[Saved data entries]
####

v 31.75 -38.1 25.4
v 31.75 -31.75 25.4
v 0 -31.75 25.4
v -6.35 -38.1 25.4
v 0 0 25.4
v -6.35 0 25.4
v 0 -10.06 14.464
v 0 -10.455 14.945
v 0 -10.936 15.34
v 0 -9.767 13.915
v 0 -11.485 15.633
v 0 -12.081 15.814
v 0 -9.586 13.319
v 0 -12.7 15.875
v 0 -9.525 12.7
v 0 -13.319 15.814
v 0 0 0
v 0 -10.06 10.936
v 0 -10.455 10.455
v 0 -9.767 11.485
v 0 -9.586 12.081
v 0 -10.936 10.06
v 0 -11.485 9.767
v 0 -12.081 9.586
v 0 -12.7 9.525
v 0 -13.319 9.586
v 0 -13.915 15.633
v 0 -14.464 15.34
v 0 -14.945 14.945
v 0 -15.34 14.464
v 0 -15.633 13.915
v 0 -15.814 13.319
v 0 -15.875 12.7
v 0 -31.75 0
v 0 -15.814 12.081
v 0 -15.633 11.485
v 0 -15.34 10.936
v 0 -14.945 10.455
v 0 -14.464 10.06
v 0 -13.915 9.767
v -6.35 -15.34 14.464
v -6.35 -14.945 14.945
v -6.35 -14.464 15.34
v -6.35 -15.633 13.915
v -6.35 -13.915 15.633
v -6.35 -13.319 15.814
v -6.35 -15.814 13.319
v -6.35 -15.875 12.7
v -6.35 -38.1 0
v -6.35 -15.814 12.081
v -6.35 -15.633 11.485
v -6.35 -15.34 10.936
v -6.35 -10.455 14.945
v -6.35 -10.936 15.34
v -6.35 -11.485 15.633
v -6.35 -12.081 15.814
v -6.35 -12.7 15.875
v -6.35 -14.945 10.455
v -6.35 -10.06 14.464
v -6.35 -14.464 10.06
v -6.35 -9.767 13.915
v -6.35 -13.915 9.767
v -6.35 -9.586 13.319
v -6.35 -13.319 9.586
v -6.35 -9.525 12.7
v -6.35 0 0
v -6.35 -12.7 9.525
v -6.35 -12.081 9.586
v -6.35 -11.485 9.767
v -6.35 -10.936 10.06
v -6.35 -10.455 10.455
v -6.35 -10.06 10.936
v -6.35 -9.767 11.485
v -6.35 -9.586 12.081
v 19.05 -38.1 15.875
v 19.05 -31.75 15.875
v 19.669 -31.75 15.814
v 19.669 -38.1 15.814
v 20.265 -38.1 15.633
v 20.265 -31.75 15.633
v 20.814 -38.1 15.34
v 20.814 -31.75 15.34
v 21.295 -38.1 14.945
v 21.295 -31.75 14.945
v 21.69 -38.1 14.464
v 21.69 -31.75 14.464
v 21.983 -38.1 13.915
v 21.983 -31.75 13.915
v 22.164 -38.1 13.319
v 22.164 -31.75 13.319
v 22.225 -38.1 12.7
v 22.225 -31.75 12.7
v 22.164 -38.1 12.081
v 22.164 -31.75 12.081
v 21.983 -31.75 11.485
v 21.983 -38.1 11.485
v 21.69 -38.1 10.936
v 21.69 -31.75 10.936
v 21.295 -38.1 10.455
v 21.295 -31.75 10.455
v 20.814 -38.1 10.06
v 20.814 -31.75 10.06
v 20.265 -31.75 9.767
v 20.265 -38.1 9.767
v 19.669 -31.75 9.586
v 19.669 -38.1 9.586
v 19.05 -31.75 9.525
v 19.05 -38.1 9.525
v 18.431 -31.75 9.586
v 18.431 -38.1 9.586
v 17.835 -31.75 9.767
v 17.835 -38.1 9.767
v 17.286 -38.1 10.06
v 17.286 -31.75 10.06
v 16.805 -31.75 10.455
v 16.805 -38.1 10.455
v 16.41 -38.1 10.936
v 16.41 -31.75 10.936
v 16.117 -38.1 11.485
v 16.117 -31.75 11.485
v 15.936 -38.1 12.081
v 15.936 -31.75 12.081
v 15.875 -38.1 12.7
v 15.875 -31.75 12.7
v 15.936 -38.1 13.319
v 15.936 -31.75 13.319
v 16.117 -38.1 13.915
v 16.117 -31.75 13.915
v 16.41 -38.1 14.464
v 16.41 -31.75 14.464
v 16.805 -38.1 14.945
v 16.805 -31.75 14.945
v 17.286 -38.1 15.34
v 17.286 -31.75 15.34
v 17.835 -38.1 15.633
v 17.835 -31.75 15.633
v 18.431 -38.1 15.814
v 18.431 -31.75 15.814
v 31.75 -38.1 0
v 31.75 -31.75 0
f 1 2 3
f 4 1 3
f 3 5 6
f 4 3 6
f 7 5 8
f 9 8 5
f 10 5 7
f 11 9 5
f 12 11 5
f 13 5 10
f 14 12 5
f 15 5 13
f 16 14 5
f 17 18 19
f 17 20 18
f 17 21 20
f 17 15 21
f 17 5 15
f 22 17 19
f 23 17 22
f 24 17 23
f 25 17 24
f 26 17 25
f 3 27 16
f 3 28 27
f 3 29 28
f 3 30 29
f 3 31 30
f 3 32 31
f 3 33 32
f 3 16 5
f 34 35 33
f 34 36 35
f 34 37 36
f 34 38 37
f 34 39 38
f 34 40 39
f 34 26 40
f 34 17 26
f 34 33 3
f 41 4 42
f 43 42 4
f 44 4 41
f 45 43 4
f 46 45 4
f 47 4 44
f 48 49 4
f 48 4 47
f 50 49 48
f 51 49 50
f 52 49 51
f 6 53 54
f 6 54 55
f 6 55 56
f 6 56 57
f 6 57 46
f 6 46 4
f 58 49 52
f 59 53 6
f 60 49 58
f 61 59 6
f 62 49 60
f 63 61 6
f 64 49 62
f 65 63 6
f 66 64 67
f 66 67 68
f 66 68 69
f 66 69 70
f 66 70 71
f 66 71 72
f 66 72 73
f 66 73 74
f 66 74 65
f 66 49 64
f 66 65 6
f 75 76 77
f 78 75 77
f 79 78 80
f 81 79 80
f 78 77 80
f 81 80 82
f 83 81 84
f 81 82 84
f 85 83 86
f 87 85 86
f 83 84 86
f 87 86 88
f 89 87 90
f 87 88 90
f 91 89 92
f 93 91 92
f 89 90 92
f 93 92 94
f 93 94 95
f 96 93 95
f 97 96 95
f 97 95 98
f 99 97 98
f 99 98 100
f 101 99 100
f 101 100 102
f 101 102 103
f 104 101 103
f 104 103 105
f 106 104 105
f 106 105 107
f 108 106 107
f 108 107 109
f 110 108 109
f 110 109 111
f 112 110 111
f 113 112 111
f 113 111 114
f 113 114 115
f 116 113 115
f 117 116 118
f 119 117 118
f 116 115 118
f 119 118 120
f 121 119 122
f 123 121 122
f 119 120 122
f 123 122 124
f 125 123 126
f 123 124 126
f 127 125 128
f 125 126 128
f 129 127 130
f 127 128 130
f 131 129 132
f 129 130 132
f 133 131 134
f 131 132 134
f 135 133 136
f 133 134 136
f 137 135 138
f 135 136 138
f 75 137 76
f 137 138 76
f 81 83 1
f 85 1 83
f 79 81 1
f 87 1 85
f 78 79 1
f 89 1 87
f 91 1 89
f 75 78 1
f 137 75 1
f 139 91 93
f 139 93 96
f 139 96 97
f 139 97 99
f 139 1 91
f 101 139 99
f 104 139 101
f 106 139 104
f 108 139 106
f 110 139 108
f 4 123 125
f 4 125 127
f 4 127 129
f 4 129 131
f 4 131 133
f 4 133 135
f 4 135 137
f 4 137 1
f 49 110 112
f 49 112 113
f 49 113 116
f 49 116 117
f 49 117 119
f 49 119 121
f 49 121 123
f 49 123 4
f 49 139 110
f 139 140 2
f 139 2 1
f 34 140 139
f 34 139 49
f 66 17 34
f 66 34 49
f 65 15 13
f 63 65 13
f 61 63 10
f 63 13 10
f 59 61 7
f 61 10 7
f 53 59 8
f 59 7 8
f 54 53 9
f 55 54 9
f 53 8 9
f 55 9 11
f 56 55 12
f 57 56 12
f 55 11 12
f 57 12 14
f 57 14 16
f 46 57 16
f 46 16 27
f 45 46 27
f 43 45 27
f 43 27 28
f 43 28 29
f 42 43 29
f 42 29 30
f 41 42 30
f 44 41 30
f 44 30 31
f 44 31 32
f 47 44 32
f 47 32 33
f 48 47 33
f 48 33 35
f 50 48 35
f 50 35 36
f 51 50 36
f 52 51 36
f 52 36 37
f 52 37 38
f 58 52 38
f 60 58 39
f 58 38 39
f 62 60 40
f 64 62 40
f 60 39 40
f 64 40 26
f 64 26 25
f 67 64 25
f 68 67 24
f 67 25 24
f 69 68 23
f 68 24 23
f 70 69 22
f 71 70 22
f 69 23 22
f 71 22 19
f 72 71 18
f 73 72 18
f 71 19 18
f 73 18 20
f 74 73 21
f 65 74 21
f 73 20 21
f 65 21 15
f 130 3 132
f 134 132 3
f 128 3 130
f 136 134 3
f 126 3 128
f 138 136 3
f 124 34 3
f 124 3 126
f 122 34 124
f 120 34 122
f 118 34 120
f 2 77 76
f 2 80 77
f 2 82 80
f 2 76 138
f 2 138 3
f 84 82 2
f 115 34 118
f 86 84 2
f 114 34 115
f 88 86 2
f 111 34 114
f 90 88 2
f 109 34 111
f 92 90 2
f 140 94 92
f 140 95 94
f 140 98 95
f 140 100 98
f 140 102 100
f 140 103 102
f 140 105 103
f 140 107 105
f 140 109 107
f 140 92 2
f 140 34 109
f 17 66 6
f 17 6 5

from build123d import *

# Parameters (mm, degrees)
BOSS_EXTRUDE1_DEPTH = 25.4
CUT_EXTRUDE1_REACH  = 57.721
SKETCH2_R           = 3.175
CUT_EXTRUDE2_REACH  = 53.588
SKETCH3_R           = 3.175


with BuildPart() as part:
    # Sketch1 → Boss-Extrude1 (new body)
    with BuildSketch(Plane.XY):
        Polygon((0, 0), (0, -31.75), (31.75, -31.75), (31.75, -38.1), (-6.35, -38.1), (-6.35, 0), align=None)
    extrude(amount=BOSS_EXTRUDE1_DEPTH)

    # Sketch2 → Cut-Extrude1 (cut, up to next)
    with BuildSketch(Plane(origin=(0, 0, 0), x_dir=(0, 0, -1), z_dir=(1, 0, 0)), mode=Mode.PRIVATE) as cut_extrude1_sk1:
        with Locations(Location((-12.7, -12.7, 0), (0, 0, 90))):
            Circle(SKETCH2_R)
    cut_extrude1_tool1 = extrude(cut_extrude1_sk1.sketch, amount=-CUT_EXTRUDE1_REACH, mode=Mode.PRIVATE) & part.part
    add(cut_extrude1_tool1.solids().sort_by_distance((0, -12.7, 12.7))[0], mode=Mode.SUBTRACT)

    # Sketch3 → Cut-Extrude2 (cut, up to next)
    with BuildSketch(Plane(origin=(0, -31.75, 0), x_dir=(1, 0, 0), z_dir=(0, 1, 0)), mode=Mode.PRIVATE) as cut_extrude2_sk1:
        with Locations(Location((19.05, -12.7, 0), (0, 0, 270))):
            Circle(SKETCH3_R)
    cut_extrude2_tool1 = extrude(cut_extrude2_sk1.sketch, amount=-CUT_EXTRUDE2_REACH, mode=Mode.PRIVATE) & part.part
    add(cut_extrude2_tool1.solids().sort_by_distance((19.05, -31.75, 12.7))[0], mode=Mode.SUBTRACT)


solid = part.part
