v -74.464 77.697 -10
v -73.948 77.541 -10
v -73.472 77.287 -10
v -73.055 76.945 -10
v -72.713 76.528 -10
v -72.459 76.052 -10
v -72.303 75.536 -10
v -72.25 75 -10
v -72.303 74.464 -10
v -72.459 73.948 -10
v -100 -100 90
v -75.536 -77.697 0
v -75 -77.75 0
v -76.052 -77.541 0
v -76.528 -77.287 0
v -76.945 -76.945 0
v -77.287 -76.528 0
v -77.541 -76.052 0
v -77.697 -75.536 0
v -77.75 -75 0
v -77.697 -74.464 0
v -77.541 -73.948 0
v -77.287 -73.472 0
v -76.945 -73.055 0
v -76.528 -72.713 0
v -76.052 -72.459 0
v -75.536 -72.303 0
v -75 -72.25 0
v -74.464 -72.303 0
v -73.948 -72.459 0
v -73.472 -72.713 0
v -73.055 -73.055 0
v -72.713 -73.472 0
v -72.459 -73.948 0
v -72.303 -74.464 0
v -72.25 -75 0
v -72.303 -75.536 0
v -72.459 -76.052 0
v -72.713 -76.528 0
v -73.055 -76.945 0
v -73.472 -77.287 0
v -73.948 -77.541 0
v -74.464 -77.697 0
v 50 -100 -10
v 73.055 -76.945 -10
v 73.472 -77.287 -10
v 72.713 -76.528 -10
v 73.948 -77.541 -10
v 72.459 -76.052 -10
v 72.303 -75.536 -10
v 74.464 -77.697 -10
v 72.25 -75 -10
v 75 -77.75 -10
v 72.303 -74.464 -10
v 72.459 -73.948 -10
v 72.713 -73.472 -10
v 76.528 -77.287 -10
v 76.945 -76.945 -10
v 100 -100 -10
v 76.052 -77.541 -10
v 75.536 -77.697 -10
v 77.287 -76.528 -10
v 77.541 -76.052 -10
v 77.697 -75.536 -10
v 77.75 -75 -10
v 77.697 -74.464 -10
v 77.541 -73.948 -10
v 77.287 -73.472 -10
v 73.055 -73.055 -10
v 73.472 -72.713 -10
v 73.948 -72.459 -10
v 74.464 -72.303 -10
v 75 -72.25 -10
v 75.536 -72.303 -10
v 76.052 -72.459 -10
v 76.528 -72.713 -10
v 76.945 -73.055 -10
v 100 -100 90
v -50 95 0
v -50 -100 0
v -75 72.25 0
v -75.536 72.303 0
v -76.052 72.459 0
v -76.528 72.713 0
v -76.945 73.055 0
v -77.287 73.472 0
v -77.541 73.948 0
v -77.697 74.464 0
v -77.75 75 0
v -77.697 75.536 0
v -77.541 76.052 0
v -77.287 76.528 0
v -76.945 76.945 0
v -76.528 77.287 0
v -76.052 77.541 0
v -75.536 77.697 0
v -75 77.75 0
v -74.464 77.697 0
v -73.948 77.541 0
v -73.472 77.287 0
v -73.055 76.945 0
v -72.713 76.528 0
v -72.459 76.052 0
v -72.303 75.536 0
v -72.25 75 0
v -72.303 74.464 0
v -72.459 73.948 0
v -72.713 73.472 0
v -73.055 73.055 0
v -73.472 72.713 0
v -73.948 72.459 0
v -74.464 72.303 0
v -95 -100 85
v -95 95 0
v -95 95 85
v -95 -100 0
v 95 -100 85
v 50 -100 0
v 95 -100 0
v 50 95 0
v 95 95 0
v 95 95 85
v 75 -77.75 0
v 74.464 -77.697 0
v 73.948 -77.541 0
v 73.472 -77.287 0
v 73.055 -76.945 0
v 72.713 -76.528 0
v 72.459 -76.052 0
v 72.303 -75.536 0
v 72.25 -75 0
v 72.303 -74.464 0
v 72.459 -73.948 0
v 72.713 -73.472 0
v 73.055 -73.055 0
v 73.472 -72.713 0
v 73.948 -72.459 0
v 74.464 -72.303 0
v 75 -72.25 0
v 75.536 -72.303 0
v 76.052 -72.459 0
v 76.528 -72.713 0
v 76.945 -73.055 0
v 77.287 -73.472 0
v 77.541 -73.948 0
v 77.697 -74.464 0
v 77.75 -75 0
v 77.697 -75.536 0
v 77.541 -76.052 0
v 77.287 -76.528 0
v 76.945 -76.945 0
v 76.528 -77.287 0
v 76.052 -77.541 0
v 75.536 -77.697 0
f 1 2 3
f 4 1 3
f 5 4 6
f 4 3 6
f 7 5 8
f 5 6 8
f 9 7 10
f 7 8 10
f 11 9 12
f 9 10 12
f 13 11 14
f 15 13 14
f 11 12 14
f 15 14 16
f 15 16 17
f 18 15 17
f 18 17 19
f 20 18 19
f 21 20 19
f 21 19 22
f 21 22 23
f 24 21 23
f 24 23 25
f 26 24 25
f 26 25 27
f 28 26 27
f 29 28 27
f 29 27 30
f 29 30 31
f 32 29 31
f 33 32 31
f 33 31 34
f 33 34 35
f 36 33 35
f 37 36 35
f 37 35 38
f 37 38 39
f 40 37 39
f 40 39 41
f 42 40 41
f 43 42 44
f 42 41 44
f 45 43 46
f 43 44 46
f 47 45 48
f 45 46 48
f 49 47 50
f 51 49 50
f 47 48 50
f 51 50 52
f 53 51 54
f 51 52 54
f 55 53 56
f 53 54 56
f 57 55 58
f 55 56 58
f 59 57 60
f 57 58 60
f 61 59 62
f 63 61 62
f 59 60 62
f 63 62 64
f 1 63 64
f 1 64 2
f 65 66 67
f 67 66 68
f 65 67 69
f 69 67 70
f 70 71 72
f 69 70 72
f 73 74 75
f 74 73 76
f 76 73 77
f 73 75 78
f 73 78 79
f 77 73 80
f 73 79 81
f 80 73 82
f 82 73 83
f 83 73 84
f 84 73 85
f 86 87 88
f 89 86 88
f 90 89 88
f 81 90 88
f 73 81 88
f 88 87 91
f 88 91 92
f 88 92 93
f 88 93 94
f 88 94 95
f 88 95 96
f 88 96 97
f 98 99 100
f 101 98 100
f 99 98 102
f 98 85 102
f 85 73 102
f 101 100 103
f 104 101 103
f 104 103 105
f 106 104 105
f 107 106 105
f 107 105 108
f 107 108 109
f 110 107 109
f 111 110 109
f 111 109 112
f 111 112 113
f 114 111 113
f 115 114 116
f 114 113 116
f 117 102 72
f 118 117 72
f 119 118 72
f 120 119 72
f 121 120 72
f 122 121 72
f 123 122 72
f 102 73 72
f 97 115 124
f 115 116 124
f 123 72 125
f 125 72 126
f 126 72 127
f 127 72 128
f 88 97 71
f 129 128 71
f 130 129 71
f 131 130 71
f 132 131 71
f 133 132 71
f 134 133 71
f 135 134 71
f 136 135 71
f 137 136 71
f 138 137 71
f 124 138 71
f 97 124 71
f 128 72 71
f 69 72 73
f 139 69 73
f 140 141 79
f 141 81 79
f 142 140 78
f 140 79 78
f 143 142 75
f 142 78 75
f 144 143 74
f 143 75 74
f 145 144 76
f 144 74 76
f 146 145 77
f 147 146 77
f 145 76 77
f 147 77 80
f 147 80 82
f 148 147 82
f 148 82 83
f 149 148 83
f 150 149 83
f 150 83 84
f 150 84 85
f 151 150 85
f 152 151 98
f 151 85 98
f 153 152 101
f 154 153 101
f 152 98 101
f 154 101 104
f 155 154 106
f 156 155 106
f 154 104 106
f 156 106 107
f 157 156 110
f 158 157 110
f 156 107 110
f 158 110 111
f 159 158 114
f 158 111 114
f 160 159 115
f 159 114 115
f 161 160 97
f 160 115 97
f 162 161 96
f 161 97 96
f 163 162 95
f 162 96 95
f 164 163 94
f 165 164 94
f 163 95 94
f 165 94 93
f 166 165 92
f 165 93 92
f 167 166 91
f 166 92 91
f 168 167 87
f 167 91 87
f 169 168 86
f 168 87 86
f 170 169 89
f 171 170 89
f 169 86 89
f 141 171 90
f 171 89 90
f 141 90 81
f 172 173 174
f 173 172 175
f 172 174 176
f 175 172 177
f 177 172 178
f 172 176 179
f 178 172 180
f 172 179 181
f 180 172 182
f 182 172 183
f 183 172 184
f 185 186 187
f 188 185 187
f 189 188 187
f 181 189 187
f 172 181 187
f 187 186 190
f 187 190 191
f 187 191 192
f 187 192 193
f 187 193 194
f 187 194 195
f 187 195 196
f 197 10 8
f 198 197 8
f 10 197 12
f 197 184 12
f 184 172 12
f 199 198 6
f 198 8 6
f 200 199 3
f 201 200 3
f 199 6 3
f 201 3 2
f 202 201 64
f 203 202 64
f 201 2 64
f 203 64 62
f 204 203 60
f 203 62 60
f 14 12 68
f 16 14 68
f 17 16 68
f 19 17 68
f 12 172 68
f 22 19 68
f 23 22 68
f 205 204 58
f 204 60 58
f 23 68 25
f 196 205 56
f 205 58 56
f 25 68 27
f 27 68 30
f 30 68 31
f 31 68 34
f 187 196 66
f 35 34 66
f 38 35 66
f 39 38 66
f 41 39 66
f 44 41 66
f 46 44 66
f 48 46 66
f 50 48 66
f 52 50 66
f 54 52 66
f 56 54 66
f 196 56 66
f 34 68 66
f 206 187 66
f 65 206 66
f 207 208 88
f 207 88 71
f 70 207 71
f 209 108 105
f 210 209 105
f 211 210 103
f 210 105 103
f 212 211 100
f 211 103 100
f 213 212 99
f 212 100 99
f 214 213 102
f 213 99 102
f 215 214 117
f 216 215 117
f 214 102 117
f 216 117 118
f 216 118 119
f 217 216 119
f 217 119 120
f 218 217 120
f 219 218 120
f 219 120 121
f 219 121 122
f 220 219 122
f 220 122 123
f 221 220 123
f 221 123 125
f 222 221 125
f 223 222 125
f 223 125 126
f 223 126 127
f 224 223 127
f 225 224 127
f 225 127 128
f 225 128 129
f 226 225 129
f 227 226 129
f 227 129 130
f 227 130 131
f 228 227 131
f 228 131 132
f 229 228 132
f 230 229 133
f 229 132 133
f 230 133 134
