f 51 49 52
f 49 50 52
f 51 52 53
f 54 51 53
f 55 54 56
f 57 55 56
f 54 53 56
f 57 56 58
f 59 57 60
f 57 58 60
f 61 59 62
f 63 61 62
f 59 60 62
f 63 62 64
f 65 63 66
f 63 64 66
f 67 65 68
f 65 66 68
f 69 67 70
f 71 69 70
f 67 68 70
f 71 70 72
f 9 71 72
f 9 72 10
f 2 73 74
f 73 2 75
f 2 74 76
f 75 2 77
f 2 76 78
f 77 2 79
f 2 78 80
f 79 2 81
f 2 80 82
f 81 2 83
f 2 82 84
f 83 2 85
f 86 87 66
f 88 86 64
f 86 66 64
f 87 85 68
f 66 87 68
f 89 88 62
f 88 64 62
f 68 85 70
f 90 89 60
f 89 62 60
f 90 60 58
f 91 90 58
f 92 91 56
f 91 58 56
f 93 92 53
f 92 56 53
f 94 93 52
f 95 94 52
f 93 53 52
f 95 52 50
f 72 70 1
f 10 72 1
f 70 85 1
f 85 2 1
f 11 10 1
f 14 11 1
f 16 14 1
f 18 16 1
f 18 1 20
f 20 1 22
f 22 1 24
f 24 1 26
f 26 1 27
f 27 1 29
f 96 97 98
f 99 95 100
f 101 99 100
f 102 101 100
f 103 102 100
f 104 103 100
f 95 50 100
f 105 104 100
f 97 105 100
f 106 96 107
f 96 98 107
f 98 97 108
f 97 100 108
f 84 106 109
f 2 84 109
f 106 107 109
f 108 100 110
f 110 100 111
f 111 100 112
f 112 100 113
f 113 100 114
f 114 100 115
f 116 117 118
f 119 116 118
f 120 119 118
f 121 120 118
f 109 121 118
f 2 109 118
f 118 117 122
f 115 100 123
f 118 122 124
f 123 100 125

####

■ TO DO
Once the line containing "v -6.35 -12.081 15.814" has been written out, please stop; every line before it, back to the first line of the records above, should be given exactly.

■ RESPONSE AREA
v 31.75 -38.1 25.4
v 31.75 -31.75 25.4
v 0 -31.75 25.4
v -6.35 -38.1 25.4
v 0 0 25.4
v -6.35 0 25.4
v 0 -10.06 14.464
v 0 -10.455 14.945
v 0 -10.936 15.34
v 0 -9.767 13.915
v 0 -11.485 15.633
v 0 -12.081 15.814
v 0 -9.586 13.319
v 0 -12.7 15.875
v 0 -9.525 12.7
v 0 -13.319 15.814
v 0 0 0
v 0 -10.06 10.936
v 0 -10.455 10.455
v 0 -9.767 11.485
v 0 -9.586 12.081
v 0 -10.936 10.06
v 0 -11.485 9.767
v 0 -12.081 9.586
v 0 -12.7 9.525
v 0 -13.319 9.586
v 0 -13.915 15.633
v 0 -14.464 15.34
v 0 -14.945 14.945
v 0 -15.34 14.464
v 0 -15.633 13.915
v 0 -15.814 13.319
v 0 -15.875 12.7
v 0 -31.75 0
v 0 -15.814 12.081
v 0 -15.633 11.485
v 0 -15.34 10.936
v 0 -14.945 10.455
v 0 -14.464 10.06
v 0 -13.915 9.767
v -6.35 -15.34 14.464
v -6.35 -14.945 14.945
v -6.35 -14.464 15.34
v -6.35 -15.633 13.915
v -6.35 -13.915 15.633
v -6.35 -13.319 15.814
v -6.35 -15.814 13.319
v -6.35 -15.875 12.7
v -6.35 -38.1 0
v -6.35 -15.814 12.081
v -6.35 -15.633 11.485
v -6.35 -15.34 10.936
v -6.35 -10.455 14.945
v -6.35 -10.936 15.34
v -6.35 -11.485 15.633
v -6.35 -12.081 15.814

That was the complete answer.